A council has defended fining a woman £75 for allegedly dropping a cigarette butt - as more authorities in Wales prepare to follow suit.
Jeanine Wycherley claims spot fines are just "money spinners"
Neath Port Talbot Council wrote to Jeannine Wycherley, claiming she threw the litter from her car.
It said keeping the streets clean cost ratepayers £2.5m a year and litter was a major concern for people.
Swansea will also introduce spot fines next month. Carmarthenshire issued its first cigarette butt penalty in 2004.
Mrs Wycherley received a letter after allegedly dropping the butt in a supermarket car park.

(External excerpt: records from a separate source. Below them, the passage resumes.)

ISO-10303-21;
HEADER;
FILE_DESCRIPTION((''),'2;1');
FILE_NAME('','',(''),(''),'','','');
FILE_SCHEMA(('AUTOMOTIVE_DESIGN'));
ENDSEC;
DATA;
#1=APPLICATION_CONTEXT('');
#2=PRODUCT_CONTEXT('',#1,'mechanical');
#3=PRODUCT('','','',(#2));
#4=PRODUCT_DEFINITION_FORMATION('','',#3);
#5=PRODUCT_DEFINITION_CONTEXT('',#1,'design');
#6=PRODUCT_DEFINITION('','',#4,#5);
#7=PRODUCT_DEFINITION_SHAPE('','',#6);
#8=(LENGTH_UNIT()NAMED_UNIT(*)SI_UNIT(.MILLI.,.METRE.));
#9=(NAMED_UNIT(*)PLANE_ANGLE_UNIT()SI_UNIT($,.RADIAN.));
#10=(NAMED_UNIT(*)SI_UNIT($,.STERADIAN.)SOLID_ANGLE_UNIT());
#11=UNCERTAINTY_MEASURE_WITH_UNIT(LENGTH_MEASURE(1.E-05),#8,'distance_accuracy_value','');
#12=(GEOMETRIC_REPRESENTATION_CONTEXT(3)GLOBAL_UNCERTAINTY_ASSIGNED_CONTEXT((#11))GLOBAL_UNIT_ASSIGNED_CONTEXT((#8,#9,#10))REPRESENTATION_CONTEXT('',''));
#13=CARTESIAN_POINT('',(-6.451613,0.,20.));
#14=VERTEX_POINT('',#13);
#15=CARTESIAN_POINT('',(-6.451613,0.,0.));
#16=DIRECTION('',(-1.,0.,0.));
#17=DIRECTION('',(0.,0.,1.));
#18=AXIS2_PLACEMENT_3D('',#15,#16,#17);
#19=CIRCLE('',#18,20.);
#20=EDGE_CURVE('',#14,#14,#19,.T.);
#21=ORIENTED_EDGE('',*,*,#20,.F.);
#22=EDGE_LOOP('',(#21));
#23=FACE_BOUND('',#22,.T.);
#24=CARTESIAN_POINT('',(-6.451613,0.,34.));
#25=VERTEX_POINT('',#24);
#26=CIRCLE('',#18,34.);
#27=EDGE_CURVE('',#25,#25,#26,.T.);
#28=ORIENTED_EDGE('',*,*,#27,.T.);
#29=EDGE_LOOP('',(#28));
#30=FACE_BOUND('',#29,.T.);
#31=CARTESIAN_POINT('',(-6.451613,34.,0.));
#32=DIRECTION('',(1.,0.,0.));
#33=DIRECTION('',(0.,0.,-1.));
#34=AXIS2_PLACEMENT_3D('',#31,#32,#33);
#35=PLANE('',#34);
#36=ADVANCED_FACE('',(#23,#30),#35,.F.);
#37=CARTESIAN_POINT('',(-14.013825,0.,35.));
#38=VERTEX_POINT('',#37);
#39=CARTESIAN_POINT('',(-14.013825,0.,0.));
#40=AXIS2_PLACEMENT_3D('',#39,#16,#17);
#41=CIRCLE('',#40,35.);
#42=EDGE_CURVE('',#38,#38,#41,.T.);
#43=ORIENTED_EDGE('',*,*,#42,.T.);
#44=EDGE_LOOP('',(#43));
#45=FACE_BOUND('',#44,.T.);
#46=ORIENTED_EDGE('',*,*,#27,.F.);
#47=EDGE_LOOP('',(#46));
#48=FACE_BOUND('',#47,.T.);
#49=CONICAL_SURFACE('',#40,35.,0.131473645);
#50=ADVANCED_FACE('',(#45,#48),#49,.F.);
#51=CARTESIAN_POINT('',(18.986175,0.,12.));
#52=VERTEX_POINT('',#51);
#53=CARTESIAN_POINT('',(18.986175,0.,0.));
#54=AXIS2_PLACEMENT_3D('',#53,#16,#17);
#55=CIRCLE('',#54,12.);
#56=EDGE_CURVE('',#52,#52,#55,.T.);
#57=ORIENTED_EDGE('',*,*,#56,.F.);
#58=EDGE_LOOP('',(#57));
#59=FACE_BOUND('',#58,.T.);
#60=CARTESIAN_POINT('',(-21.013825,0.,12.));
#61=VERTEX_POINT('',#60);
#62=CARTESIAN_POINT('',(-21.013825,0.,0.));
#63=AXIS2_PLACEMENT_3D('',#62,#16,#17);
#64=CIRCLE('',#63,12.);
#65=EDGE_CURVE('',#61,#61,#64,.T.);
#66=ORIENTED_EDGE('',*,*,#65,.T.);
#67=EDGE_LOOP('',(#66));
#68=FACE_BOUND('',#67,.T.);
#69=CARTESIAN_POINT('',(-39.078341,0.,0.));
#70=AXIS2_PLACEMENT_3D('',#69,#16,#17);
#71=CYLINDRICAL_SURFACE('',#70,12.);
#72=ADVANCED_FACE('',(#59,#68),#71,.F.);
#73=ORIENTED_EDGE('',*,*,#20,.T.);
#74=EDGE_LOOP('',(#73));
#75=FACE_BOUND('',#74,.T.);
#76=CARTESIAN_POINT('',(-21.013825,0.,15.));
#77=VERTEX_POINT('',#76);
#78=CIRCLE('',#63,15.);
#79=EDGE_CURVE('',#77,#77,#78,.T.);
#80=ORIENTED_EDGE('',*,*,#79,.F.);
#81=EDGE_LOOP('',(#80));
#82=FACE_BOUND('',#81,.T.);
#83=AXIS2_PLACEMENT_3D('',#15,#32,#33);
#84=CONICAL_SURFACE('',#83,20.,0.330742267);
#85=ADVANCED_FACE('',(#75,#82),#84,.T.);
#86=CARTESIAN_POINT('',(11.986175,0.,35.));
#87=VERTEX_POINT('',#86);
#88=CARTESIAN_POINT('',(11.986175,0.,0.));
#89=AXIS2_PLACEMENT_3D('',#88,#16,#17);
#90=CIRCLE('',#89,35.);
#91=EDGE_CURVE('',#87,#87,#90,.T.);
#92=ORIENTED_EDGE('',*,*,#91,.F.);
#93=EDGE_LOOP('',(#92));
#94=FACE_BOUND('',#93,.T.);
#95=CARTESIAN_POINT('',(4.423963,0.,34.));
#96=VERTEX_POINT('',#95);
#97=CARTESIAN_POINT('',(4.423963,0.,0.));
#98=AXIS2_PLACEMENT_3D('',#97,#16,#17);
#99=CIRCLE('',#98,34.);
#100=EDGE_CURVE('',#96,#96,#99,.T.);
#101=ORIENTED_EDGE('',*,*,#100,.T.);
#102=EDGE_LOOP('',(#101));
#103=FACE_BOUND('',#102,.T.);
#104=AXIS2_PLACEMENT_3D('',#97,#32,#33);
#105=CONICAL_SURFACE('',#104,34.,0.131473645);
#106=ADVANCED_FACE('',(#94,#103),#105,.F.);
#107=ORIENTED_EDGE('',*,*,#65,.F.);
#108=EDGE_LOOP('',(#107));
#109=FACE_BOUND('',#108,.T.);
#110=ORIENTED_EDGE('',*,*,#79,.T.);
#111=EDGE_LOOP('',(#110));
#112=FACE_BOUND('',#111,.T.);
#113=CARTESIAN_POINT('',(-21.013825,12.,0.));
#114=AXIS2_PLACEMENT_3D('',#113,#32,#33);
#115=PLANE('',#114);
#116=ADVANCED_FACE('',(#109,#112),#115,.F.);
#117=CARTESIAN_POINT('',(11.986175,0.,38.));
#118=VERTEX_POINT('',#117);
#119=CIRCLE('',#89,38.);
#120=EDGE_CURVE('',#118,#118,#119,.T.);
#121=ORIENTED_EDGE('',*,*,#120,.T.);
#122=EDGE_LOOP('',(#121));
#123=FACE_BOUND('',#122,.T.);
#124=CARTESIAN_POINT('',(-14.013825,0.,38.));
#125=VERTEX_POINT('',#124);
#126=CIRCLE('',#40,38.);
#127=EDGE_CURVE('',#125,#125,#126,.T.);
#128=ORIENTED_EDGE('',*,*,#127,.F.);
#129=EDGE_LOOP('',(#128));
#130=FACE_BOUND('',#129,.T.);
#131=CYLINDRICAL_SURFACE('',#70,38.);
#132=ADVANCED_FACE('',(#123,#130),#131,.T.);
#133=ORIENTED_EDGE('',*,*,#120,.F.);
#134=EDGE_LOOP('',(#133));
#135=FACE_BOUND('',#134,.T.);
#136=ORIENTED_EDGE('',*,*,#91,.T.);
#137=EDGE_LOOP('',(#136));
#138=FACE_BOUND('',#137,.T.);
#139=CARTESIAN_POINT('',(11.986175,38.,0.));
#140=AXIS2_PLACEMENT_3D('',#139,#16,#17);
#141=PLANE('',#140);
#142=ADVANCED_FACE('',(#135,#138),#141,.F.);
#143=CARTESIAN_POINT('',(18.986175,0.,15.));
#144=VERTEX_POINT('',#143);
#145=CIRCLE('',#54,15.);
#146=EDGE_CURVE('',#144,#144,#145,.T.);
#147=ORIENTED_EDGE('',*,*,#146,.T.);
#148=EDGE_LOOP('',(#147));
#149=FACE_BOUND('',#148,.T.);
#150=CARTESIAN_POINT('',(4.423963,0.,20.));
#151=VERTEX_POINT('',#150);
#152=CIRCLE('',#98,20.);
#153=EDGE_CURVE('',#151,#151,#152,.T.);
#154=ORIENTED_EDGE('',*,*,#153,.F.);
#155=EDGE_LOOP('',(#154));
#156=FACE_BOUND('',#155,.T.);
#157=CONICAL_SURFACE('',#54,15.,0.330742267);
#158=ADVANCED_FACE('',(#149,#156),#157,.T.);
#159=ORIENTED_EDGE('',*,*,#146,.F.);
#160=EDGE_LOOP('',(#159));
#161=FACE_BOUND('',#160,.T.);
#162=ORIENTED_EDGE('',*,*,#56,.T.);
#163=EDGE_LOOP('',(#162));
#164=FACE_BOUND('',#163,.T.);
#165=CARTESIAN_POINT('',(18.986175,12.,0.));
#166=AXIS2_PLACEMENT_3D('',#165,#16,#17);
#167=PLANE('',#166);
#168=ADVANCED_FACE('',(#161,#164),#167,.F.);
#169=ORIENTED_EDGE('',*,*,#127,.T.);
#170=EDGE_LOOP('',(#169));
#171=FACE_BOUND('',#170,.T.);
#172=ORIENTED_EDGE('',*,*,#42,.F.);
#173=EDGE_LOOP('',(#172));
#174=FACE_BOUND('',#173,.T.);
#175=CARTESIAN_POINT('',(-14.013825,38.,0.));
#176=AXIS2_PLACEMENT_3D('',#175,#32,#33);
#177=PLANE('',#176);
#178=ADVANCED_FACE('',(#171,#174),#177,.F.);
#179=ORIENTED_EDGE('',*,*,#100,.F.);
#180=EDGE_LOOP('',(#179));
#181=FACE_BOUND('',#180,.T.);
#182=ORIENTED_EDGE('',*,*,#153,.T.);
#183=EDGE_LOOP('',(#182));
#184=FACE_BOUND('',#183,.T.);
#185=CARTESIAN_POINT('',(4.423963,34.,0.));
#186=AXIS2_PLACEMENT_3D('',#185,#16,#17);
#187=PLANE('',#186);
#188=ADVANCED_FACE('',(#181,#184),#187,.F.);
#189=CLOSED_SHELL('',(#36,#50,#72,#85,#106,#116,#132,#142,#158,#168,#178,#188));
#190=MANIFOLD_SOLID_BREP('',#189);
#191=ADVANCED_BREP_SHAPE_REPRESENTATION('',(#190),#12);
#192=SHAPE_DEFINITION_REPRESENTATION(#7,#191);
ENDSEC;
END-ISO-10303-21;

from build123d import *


with BuildPart() as part:
    # Sketch3 → Revolve1 (revolve)
    with BuildSketch(Plane.XY, mode=Mode.PRIVATE) as revolve1_sk:
        Polygon((-21.013824885, 12), (18.986175115, 12), (18.986175115, 15), (4.423963134, 20), (4.423963134, 34), (11.986175115, 35), (11.986175115, 38), (-14.013824885, 38), (-14.013824885, 35), (-6.451612903, 34), (-6.451612903, 20), (-21.013824885, 15), align=None)
    revolve(revolve1_sk.sketch.rotate(Axis((-39.078341014, 0, 0), (1, 0, 0)), 90), axis=Axis((-39.078341014, 0, 0), (1, 0, 0)))


solid = part.part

"The world has gone crackers," she said.
"Where are these heroes when it comes to a Friday night and the place is littered with chip paper, vomit and drink bottles?"
She said no-one spoke to her at the scene but she received an "intimidating letter" two days later.
"They said it would be my word against the enforcement officer - I did not have a leg to stand on."
Mike Roberts, head of the council's street care team, defended the fine.
He said: "A significant minority of people continue to drop litter and the council is committed to taking enforcement action."
The situation in Wales varies from county to county.
Neighbouring Swansea is currently training its own litter teams and they are due to start work in the city centre next month.
Carmarthenshire claimed to be the first council in Wales to issue such a fine when call centre worker Andrew Stevenson was fined £75 for dropping a cigarette butt outside his office.
A spokeswoman for Carmarthenshire said in the first instance people caught throwing litter would be spoken to and asked to pick it up and only if they refused would they then be fined.